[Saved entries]
:::::
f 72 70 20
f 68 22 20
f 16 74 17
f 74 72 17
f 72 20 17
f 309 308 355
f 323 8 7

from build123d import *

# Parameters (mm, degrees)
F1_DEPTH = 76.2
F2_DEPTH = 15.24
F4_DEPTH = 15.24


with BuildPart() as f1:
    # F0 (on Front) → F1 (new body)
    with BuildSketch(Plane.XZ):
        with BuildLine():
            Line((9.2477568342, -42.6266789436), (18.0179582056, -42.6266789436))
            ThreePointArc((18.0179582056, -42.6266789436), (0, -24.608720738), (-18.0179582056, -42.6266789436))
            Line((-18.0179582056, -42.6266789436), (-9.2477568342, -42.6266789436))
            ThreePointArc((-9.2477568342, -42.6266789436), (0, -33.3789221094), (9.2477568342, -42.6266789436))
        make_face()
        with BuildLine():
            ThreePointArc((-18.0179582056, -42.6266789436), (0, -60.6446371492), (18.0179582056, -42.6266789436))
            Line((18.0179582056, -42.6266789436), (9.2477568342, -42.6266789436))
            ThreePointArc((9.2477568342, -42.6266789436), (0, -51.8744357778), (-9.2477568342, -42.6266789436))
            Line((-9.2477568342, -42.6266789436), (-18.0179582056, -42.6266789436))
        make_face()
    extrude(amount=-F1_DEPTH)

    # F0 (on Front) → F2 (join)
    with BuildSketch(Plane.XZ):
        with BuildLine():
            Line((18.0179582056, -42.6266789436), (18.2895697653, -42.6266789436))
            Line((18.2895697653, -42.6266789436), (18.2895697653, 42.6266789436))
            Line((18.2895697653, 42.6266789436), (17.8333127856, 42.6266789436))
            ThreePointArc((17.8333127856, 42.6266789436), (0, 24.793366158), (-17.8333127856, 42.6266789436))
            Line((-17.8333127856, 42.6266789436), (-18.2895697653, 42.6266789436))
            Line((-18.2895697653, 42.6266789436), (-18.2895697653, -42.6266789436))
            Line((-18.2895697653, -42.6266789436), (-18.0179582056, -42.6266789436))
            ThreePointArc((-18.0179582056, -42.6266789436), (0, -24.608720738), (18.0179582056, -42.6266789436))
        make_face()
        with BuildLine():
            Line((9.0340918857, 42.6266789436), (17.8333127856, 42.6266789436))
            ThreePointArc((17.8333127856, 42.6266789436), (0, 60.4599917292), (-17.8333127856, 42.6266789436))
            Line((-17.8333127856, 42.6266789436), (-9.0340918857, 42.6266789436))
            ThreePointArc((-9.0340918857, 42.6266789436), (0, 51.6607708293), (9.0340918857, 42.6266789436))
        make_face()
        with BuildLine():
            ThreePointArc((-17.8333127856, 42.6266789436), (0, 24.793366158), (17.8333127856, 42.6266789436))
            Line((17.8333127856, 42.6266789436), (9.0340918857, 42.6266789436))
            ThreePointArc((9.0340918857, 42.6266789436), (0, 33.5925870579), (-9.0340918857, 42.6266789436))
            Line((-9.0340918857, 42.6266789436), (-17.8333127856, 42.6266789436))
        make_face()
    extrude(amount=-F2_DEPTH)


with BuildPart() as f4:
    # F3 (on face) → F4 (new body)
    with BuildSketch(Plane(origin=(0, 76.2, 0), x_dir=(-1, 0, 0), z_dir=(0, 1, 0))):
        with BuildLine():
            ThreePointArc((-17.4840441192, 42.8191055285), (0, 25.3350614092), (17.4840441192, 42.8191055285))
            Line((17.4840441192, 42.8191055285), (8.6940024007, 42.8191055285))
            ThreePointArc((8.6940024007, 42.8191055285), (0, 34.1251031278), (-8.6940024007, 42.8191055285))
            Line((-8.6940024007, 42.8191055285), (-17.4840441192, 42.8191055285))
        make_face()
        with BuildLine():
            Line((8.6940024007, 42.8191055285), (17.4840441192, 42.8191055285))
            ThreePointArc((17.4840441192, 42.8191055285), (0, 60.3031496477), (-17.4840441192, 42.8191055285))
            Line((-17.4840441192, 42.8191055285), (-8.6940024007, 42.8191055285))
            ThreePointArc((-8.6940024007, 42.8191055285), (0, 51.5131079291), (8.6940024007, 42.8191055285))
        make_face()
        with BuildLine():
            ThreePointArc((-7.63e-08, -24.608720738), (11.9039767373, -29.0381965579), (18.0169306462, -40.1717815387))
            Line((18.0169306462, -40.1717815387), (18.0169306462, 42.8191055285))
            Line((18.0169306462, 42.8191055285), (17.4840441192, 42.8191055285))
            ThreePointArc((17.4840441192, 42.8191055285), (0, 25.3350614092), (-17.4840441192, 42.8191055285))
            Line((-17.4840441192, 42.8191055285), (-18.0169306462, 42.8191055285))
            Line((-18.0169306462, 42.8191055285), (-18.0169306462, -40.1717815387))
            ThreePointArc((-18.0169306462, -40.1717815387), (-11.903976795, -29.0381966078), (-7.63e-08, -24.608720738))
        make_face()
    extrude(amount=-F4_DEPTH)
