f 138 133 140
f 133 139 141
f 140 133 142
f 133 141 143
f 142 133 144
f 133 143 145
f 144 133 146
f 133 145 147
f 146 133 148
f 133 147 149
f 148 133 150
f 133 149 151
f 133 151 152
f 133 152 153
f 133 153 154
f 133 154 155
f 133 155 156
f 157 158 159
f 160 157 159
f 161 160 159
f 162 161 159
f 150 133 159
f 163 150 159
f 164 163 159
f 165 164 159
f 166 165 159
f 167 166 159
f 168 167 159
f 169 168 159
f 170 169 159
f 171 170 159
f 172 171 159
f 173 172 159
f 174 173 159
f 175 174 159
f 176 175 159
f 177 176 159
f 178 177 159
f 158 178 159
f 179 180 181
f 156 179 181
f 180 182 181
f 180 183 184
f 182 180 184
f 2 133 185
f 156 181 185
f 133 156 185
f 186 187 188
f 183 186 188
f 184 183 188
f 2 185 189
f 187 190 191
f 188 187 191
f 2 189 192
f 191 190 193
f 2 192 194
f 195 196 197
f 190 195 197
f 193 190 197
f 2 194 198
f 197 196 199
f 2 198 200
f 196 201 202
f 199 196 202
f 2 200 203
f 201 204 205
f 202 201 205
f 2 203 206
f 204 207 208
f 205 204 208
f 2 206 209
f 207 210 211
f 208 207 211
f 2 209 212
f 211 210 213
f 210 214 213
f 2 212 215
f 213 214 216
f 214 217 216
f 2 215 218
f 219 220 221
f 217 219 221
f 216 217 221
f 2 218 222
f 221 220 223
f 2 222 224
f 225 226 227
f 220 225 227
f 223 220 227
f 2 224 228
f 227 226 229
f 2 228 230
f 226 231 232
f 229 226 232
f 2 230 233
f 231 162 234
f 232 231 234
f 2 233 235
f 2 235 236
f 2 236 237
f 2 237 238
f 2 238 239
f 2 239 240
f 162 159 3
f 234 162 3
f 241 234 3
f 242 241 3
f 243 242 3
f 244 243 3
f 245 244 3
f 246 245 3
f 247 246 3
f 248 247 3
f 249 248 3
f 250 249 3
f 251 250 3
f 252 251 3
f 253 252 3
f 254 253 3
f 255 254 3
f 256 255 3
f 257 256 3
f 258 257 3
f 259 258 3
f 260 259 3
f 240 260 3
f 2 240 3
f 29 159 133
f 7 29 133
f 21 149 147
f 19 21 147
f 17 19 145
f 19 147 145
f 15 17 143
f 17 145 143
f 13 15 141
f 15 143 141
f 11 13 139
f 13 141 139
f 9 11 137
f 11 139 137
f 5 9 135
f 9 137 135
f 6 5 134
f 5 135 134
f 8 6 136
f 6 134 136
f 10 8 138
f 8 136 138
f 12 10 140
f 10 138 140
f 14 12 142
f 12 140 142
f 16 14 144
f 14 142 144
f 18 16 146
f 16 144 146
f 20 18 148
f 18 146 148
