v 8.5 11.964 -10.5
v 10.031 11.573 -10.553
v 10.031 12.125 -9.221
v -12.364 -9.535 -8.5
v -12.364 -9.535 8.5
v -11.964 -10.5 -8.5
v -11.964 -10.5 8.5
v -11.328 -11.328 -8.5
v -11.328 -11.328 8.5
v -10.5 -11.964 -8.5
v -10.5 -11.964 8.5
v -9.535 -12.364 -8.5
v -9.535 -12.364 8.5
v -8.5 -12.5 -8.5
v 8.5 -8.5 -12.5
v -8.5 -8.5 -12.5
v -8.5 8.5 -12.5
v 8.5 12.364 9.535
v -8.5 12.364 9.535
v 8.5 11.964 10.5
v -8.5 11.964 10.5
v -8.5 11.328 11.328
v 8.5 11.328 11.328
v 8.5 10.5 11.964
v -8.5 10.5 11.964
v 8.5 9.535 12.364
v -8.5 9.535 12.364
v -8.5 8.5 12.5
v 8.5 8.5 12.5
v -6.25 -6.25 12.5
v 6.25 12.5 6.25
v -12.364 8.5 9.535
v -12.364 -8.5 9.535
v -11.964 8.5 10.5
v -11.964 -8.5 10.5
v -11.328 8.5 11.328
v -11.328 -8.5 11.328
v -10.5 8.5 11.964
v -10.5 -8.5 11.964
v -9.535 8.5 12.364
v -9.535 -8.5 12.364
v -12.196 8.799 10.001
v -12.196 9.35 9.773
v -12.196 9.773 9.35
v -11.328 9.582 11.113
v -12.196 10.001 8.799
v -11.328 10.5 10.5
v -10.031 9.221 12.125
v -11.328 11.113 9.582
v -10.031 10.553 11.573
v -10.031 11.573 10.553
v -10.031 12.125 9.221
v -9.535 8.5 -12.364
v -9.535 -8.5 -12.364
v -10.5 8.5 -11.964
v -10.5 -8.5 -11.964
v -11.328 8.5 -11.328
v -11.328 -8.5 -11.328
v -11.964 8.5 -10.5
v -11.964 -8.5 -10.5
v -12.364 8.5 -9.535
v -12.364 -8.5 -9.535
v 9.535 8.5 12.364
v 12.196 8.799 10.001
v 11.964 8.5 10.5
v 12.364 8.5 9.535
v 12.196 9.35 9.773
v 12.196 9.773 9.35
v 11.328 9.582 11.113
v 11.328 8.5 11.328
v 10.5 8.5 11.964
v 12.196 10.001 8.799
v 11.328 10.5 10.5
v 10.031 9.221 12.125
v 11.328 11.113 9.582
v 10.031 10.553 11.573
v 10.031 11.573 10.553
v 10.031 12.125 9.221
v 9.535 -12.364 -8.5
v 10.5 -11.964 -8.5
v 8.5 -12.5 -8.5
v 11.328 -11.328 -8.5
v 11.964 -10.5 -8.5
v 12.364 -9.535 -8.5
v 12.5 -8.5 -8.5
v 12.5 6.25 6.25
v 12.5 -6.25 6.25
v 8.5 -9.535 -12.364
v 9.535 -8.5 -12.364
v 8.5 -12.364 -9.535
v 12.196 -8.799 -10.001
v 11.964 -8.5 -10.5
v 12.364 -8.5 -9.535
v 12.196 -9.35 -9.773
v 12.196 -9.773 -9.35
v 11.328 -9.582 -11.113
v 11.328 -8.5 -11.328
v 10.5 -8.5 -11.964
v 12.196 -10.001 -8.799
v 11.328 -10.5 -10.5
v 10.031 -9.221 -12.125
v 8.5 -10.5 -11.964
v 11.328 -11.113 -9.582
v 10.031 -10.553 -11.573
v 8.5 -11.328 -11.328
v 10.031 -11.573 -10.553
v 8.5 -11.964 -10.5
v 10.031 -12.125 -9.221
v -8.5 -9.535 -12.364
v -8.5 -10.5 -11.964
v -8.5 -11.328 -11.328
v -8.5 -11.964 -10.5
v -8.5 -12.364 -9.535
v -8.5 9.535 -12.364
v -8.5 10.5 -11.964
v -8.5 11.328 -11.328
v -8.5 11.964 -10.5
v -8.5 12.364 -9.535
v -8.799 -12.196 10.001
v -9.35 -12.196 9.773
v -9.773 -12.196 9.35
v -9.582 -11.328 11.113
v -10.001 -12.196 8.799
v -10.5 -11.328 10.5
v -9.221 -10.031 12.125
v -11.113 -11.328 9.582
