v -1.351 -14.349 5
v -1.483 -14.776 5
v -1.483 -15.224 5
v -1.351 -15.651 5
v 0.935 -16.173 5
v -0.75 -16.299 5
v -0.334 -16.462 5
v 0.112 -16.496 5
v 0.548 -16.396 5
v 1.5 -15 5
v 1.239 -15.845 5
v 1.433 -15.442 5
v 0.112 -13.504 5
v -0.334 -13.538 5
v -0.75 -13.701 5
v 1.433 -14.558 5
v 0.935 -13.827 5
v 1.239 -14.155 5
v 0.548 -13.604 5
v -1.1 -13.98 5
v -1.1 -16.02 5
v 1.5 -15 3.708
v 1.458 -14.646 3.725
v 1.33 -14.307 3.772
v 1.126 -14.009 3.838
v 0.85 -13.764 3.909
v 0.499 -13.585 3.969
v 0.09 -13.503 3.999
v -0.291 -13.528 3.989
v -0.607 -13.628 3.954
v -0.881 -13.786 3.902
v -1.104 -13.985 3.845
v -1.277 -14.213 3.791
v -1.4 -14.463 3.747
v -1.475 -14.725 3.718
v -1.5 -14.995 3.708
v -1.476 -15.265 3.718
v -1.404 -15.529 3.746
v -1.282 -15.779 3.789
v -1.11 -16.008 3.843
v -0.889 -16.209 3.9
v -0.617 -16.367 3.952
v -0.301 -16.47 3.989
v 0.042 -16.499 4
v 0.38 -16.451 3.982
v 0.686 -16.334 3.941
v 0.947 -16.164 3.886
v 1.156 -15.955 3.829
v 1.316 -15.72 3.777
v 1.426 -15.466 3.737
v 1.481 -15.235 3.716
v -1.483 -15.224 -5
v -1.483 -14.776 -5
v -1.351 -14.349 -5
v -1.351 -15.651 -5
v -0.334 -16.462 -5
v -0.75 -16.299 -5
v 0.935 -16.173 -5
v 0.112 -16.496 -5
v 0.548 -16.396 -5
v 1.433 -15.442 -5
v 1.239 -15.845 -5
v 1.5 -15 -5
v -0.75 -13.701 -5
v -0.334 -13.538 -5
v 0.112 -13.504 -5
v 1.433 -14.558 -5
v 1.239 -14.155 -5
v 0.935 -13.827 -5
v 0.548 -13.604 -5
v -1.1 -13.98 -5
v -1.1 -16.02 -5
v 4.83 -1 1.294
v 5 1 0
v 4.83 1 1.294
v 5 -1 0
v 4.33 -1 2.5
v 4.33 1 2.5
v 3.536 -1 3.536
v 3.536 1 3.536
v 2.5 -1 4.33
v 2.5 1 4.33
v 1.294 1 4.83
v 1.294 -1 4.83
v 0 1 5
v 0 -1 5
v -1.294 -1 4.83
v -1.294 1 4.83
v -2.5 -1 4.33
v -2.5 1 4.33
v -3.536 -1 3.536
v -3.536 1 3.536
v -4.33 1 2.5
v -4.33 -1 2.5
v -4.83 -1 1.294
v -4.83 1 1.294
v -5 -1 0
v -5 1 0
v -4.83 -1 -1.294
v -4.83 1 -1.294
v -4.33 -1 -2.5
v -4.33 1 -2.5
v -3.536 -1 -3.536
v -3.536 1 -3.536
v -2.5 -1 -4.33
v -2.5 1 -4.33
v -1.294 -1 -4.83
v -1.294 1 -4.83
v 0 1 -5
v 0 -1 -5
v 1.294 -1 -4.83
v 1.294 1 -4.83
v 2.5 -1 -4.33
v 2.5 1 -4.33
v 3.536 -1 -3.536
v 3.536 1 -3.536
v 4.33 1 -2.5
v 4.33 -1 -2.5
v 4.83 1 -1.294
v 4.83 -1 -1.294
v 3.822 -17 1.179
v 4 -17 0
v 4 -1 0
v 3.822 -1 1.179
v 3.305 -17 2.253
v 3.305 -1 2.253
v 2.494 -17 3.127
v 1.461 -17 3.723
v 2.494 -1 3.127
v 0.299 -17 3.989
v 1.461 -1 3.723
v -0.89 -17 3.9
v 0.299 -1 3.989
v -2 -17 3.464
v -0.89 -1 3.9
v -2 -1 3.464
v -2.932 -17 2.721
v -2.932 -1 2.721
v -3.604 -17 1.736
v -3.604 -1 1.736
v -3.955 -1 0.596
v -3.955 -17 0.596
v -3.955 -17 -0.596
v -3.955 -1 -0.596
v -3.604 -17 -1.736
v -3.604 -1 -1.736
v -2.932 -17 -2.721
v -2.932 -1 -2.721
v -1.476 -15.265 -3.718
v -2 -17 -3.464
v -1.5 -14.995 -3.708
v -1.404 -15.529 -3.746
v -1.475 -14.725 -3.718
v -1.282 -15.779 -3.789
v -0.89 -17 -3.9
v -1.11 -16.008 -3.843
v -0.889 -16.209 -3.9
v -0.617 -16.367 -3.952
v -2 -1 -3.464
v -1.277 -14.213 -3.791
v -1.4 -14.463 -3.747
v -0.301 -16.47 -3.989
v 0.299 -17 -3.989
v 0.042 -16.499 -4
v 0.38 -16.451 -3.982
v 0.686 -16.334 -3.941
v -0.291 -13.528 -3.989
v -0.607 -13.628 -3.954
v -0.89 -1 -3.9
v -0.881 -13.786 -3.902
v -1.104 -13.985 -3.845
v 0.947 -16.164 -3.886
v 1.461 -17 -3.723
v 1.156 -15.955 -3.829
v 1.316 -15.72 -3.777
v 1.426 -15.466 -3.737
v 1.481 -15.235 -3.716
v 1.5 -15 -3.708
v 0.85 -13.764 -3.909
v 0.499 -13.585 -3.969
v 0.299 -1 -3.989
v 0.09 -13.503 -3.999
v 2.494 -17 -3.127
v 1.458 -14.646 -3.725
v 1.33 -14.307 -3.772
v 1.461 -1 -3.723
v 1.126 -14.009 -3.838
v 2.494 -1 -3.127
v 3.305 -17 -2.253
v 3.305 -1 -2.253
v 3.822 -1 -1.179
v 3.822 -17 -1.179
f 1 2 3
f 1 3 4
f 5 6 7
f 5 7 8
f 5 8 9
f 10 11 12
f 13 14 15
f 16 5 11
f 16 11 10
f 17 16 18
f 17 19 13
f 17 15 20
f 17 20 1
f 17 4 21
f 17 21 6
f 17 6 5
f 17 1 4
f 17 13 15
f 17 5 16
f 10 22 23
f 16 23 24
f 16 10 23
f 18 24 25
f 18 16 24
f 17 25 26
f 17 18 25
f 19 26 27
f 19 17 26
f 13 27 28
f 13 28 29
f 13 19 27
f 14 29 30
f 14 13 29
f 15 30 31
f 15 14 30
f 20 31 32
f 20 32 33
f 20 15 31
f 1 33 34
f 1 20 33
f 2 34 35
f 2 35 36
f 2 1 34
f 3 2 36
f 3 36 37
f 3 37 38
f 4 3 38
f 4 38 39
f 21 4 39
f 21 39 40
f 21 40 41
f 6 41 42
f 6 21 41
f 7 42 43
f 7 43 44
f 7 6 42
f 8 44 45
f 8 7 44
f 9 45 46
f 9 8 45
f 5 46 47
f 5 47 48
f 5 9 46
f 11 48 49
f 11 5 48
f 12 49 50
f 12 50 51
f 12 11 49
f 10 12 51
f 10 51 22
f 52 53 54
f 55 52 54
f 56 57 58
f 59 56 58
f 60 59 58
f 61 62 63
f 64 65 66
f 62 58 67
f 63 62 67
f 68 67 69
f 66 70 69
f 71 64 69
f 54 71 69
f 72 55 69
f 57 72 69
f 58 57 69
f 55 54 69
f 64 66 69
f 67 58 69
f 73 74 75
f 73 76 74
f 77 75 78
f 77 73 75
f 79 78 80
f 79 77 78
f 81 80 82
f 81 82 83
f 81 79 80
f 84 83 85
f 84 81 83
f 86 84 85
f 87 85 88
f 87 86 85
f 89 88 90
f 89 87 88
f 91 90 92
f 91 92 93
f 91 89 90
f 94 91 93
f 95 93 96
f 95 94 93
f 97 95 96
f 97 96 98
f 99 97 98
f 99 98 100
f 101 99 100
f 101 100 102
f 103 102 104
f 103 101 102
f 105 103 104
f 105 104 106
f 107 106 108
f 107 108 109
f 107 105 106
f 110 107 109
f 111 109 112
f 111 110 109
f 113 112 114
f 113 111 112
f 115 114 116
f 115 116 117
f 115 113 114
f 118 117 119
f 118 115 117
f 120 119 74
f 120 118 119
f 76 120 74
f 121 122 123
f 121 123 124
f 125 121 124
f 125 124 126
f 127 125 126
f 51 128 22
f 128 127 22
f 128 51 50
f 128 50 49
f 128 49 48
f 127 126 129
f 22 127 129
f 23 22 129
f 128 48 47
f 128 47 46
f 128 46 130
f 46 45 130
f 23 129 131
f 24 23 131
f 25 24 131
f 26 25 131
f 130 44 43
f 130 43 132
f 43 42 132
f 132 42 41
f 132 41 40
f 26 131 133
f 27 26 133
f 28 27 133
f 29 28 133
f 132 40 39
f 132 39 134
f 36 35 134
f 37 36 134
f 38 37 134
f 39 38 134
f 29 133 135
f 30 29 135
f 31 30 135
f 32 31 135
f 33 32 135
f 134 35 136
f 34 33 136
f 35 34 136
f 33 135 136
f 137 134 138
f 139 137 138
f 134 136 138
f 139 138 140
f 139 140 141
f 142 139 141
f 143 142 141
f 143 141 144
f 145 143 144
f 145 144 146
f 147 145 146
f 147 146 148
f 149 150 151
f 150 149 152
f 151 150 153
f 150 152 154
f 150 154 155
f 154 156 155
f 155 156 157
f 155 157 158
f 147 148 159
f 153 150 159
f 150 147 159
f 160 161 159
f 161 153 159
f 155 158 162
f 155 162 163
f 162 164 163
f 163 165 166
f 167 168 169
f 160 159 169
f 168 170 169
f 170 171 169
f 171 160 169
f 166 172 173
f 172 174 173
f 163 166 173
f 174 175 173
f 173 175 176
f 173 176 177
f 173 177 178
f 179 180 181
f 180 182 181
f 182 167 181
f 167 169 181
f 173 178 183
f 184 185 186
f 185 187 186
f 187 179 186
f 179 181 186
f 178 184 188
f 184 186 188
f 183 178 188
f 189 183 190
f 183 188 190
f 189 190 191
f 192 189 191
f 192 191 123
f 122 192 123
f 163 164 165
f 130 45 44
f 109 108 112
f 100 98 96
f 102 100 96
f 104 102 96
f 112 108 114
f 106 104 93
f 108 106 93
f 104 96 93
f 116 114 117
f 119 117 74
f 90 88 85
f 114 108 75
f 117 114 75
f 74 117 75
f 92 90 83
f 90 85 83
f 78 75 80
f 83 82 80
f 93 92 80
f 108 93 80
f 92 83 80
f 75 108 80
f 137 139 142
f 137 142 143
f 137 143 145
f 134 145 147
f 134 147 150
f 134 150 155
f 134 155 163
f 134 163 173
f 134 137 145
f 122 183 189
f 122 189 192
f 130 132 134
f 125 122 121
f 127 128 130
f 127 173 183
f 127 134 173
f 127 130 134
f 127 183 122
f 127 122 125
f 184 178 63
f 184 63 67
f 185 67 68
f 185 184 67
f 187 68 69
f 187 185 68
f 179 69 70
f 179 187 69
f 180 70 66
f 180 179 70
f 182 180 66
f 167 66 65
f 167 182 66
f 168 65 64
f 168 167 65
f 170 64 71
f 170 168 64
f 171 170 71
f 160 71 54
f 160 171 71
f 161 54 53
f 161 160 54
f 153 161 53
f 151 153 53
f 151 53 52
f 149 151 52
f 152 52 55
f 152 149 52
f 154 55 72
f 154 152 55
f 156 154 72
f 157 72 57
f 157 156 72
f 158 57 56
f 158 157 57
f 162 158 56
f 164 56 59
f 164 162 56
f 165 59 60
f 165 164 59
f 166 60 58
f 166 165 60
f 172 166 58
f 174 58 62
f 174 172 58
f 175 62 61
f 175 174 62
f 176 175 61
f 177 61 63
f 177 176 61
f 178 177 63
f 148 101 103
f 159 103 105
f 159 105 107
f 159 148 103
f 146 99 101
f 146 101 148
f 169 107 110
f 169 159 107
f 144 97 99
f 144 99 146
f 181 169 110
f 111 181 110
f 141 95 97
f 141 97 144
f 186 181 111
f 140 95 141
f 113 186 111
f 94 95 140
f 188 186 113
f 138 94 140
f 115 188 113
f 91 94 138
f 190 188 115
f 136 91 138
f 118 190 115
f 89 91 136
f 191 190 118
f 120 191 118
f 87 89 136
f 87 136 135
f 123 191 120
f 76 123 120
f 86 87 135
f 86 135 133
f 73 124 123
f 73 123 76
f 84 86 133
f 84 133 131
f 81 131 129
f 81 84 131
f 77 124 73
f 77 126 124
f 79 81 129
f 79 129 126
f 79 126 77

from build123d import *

# Parameters (mm, degrees)
F0_R     = 5
F1_DEPTH = 1
F2_R     = 4
F3_DEPTH = 16
F4_R     = 1.5
F5_DEPTH = 5


with BuildPart() as f1:
    # F0 (on Front) → F1 (new body, symmetric)
    with BuildSketch(Plane.XZ):
        Circle(F0_R)
    extrude(amount=F1_DEPTH, both=True)

    # F2 (on face) → F3 (join)
    with BuildSketch(Plane.XZ.offset(1)):
        Circle(F2_R)
    extrude(amount=F3_DEPTH)

    # F4 (on Top) → F5 (join, symmetric)
    with BuildSketch(Plane.XY):
        with Locations((0, -15)):
            Circle(F4_R)
    extrude(amount=F5_DEPTH, both=True)


solid = f1.part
:::::
◆ **WHAT THE TASK REQUIRES**
Starting with the first line of the records above, give back each line exactly until the line with "-42.6266789436), (9.2477568342, -42.6266789436))" has been given as well.

◆ **WRITTEN SOLUTION**
f 72 70 20
f 68 22 20
f 16 74 17
f 74 72 17
f 72 20 17
f 309 308 355
f 323 8 7

from build123d import *

# Parameters (mm, degrees)
F1_DEPTH = 76.2
F2_DEPTH = 15.24
F4_DEPTH = 15.24


with BuildPart() as f1:
    # F0 (on Front) → F1 (new body)
    with BuildSketch(Plane.XZ):
        with BuildLine():
            Line((9.2477568342, -42.6266789436), (18.0179582056, -42.6266789436))
            ThreePointArc((18.0179582056, -42.6266789436), (0, -24.608720738), (-18.0179582056, -42.6266789436))
            Line((-18.0179582056, -42.6266789436), (-9.2477568342, -42.6266789436))
            ThreePointArc((-9.2477568342, -42.6266789436), (0, -33.3789221094), (9.2477568342, -42.6266789436))
        make_face()
        with BuildLine():
            ThreePointArc((-18.0179582056, -42.6266789436), (0, -60.6446371492), (18.0179582056, -42.6266789436))
            Line((18.0179582056, -42.6266789436), (9.2477568342, -42.6266789436))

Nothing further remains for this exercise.